Halloween Horrors – Dead Alive (1992)

https://imgur.com/t/braindead/7cb13Rq

Peter Jackson wouldn’t become a household name until his critically acclaimed success directing The Lord of the Rings Trilogy. His career naturally didn’t begin in 2001 though. He gained notoriety in Hollywood for his award winning 1994 lesbian romance film Heavenly Creatures.

Anyone who has seen his early works though can tell you the name of Peter Jackson meant something very different at one point. His early low budget films comprise a set of black comedies and over-the-top horror films like Bad Taste and Meet the Feables. His most famous early work though is definitely his 1992 horror-comedy Dead Alive.

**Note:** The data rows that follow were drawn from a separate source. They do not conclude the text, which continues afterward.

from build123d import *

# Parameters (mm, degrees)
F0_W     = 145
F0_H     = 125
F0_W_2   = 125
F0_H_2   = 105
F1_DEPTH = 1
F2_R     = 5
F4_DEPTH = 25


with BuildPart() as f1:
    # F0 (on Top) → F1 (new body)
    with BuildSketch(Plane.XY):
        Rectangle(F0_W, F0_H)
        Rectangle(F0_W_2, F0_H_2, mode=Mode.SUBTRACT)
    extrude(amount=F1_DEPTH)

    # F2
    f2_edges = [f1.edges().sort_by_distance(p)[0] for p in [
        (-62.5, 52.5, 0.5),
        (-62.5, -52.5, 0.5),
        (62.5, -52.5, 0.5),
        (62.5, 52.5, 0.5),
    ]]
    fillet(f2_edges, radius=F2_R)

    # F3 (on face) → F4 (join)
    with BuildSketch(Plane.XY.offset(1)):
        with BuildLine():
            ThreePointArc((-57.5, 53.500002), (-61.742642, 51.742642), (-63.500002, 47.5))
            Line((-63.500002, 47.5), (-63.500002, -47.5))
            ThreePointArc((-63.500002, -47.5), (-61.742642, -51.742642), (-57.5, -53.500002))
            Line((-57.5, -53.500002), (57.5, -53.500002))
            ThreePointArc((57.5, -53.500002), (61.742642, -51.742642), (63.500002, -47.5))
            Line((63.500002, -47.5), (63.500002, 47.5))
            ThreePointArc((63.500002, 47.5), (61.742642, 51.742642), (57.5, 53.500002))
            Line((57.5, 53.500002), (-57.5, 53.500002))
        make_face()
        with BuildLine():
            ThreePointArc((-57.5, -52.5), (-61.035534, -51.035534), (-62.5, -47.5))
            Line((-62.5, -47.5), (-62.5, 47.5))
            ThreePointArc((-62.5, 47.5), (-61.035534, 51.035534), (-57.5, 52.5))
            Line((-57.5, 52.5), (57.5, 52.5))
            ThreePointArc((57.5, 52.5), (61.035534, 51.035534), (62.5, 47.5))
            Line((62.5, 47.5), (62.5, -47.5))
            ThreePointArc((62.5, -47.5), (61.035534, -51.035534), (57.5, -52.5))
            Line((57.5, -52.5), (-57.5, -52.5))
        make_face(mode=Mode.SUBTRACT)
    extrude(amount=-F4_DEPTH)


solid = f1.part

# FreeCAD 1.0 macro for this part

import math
import FreeCAD as App
import Part
import Sketcher

V = App.Vector
Q = App.Units.Quantity


def edges_at(feature, points):
    """Names of the edges that pass closest to the given points."""
    edges = feature.Shape.Edges
    near = lambda p: min(range(len(edges)), key=lambda i: edges[i].distToShape(Part.Vertex(*p))[0])
    return sorted({f"Edge{near(p) + 1}" for p in points})


def add_polygon(sketch, points):
    """Adds a closed chain of lines whose ends are joined by coincident constraints."""
    first, n = sketch.GeometryCount, len(points)
    for a, b in zip(points, points[1:] + points[:1]):
        sketch.addGeometry(Part.LineSegment(App.Vector(*a, 0), App.Vector(*b, 0)), False)
    for i in range(n):
        sketch.addConstraint(Sketcher.Constraint("Coincident", first + i, 2, first + (i + 1) % n, 1))

doc = App.newDocument("Part")
body = doc.addObject("PartDesign::Body", "Body")

# Sketch on XY plane
sketch1 = body.newObject("Sketcher::SketchObject", "Sketch")
sketch1.AttachmentSupport = (doc.getObject("XY_Plane"), [""])
sketch1.MapMode = "FlatFace"
add_polygon(sketch1, [(-72, 62), (-72, -62), (72, -62), (72, 62)])  # lines 0-3
add_polygon(sketch1, [(62, -52), (-62, -52), (-62, 52), (62, 52)])  # lines 4-7
sketch1.addConstraint([
    Sketcher.Constraint("Vertical", 0),
    Sketcher.Constraint("Horizontal", 1),
    Sketcher.Constraint("Vertical", 2),
    Sketcher.Constraint("Horizontal", 3),
    Sketcher.Constraint("Horizontal", 4),
    Sketcher.Constraint("Vertical", 5),
    Sketcher.Constraint("Horizontal", 6),
    Sketcher.Constraint("Vertical", 7),
    Sketcher.Constraint("Symmetric", 0, 2, 2, 2, -1, 1),
    Sketcher.Constraint("Symmetric", 4, 2, 6, 2, -1, 1),
    Sketcher.Constraint("Equal", 6, 0),
    Sketcher.Constraint("DistanceX", 1, 1, 1, 2, Q("145 mm")),
    Sketcher.Constraint("DistanceX", 4, 2, 4, 1, Q("125 mm")),
    Sketcher.Constraint("DistanceY", 5, 1, 5, 2, Q("105 mm")),
])
pad1 = body.newObject("PartDesign::Pad", "Pad")
pad1.Profile = sketch1
pad1.Length = 1
doc.recompute()

fillet = body.newObject("PartDesign::Fillet", "Fillet")
fillet.Base = (pad1, edges_at(pad1, [
    (-62.5, 52.5, 0.5),
    (-62.5, -52.5, 0.5),
    (62.5, -52.5, 0.5),
    (62.5, 52.5, 0.5),
]))
fillet.Radius = 5

# Sketch on XY plane
sketch2 = body.newObject("Sketcher::SketchObject", "Sketch001")
sketch2.AttachmentSupport = (doc.getObject("XY_Plane"), [""])
sketch2.MapMode = "FlatFace"
sketch2.AttachmentOffset = App.Placement(V(0, 0, 1), App.Rotation())
sketch2.addGeometry([
    Part.ArcOfCircle(Part.Circle(V(-57.5, 47.5, 0), V(0, 0, 1), 6), math.radians(90), math.radians(180)),  # 0
    Part.LineSegment(V(-63.5, 47.5, 0), V(-63.5, -47.5, 0)),  # 1
    Part.ArcOfCircle(Part.Circle(V(-57.5, -47.5, 0), V(0, 0, 1), 6), math.radians(-180), math.radians(-90)),  # 2
    Part.LineSegment(V(-57.5, -53.5, 0), V(57.5, -53.5, 0)),  # 3
    Part.ArcOfCircle(Part.Circle(V(57.5, -47.5, 0), V(0, 0, 1), 6), math.radians(-90), math.radians(0)),  # 4
    Part.LineSegment(V(63.5, -47.5, 0), V(63.5, 47.5, 0)),  # 5
    Part.ArcOfCircle(Part.Circle(V(57.5, 47.5, 0), V(0, 0, 1), 6), math.radians(0), math.radians(90)),  # 6
    Part.LineSegment(V(57.5, 53.5, 0), V(-57.5, 53.5, 0)),  # 7
    Part.LineSegment(V(57.5, -52.5, 0), V(-57.5, -52.5, 0)),  # 8
    Part.ArcOfCircle(Part.Circle(V(-57.5, -47.5, 0), V(0, 0, 1), 5), math.radians(180), math.radians(270)),  # 9
    Part.LineSegment(V(-62.5, -47.5, 0), V(-62.5, 47.5, 0)),  # 10
    Part.ArcOfCircle(Part.Circle(V(-57.5, 47.5, 0), V(0, 0, 1), 5), math.radians(90), math.radians(180)),  # 11
    Part.LineSegment(V(-57.5, 52.5, 0), V(57.5, 52.5, 0)),  # 12
    Part.ArcOfCircle(Part.Circle(V(57.5, 47.5, 0), V(0, 0, 1), 5), math.radians(0), math.radians(90)),  # 13
    Part.LineSegment(V(62.5, 47.5, 0), V(62.5, -47.5, 0)),  # 14
    Part.ArcOfCircle(Part.Circle(V(57.5, -47.5, 0), V(0, 0, 1), 5), math.radians(-90), math.radians(0)),  # 15
], False)
sketch2.addConstraint([
    Sketcher.Constraint("Tangent", 0, 2, 1, 1),
    Sketcher.Constraint("Tangent", 1, 2, 2, 1),
    Sketcher.Constraint("Tangent", 2, 2, 3, 1),
    Sketcher.Constraint("Tangent", 3, 2, 4, 1),
    Sketcher.Constraint("Tangent", 4, 2, 5, 1),
    Sketcher.Constraint("Tangent", 5, 2, 6, 1),
    Sketcher.Constraint("Tangent", 6, 2, 7, 1),
    Sketcher.Constraint("Tangent", 7, 2, 0, 1),
    Sketcher.Constraint("Tangent", 8, 2, 9, 2),
    Sketcher.Constraint("Tangent", 9, 1, 10, 1),
    Sketcher.Constraint("Tangent", 10, 2, 11, 2),
    Sketcher.Constraint("Tangent", 11, 1, 12, 1),
    Sketcher.Constraint("Tangent", 12, 2, 13, 2),
    Sketcher.Constraint("Tangent", 13, 1, 14, 1),
    Sketcher.Constraint("Tangent", 14, 2, 15, 2),
    Sketcher.Constraint("Tangent", 15, 1, 8, 1),
    Sketcher.Constraint("Vertical", 1),
    Sketcher.Constraint("Horizontal", 3),
    Sketcher.Constraint("Vertical", 5),
    Sketcher.Constraint("Horizontal", 7),
    Sketcher.Constraint("Horizontal", 8),
    Sketcher.Constraint("Vertical", 10),
    Sketcher.Constraint("Horizontal", 12),
    Sketcher.Constraint("Vertical", 14),
    Sketcher.Constraint("Coincident", 9, 3, 2, 3),
    Sketcher.Constraint("Coincident", 11, 3, 0, 3),
    Sketcher.Constraint("Coincident", 13, 3, 6, 3),
    Sketcher.Constraint("Equal", 0, 2),
    Sketcher.Constraint("Equal", 2, 4),
    Sketcher.Constraint("Equal", 4, 6),
    Sketcher.Constraint("Equal", 13, 15),
    Sketcher.Constraint("Symmetric", 0, 3, 4, 3, -1, 1),
    Sketcher.Constraint("Radius", 9, Q("5 mm")),
    Sketcher.Constraint("DistanceX", 3, 1, 3, 2, Q("115 mm")),
    Sketcher.Constraint("DistanceY", 1, 2, 1, 1, Q("95 mm")),
    Sketcher.Constraint("DistanceX", 0, 2, 11, 3, Q("6.000002 mm")),
])
pad2 = body.newObject("PartDesign::Pad", "Pad001")
pad2.Profile = sketch2
pad2.Length = 25
pad2.Reversed = True

doc.recompute()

Originally titled Brain Dead at its New Zealand release, the film was renamed when it was distributed to America. It didn’t do terribly well in the box office but it garnered a retroactive reputation upon being released on DVD and Jackson’s name becoming tied to one of the biggest blockbusters in history.

That said, Dead Alive is kind of a hard film to sell at its face. It’s a movie of intense extremes and that pushes a lot of taboos about violence to the breaking point. It’s is one of the grossest films you’ll ever watch. I recall watching it for the first time with a hardened horror enthusiast who was actually disturbed by how intense some of the gore and viscera was in the film.

What makes the film interesting though is the way it takes the gore full circle. It’s premise isn’t taken too seriously. The ratchets up it’s gore and melodrama to the point where the movie comes full circle and manages to make itself absurdly funny. For all its pretense as a horror film though, Dead Alive is more properly characterized as a romantic comedy. It’s a horror film in so far as it’s a gore laden zombie film but the story is first and foremost a love story.

The film’s main character Lionel is a recessive young man living in a Victorian mansion in New Zealand with his cruel and domineering mother Vera. When Lionel falls in love with a Spanish woman named Paquita, Lionel starts feeling pressured by his mother to focus on caring for her in her old age instead of dating the eccentric foreign woman he cares for.

Thus the central joke of the film. It’s a zombie movie where the zombism is an allegory for its central characters inability to stand up for himself and assert his right to be an independent person who can love who he wants. In that mindset, the gore makes sense. This is a story about a character psychologically burying his problems until he’s forced to confront them in the most extreme way possible.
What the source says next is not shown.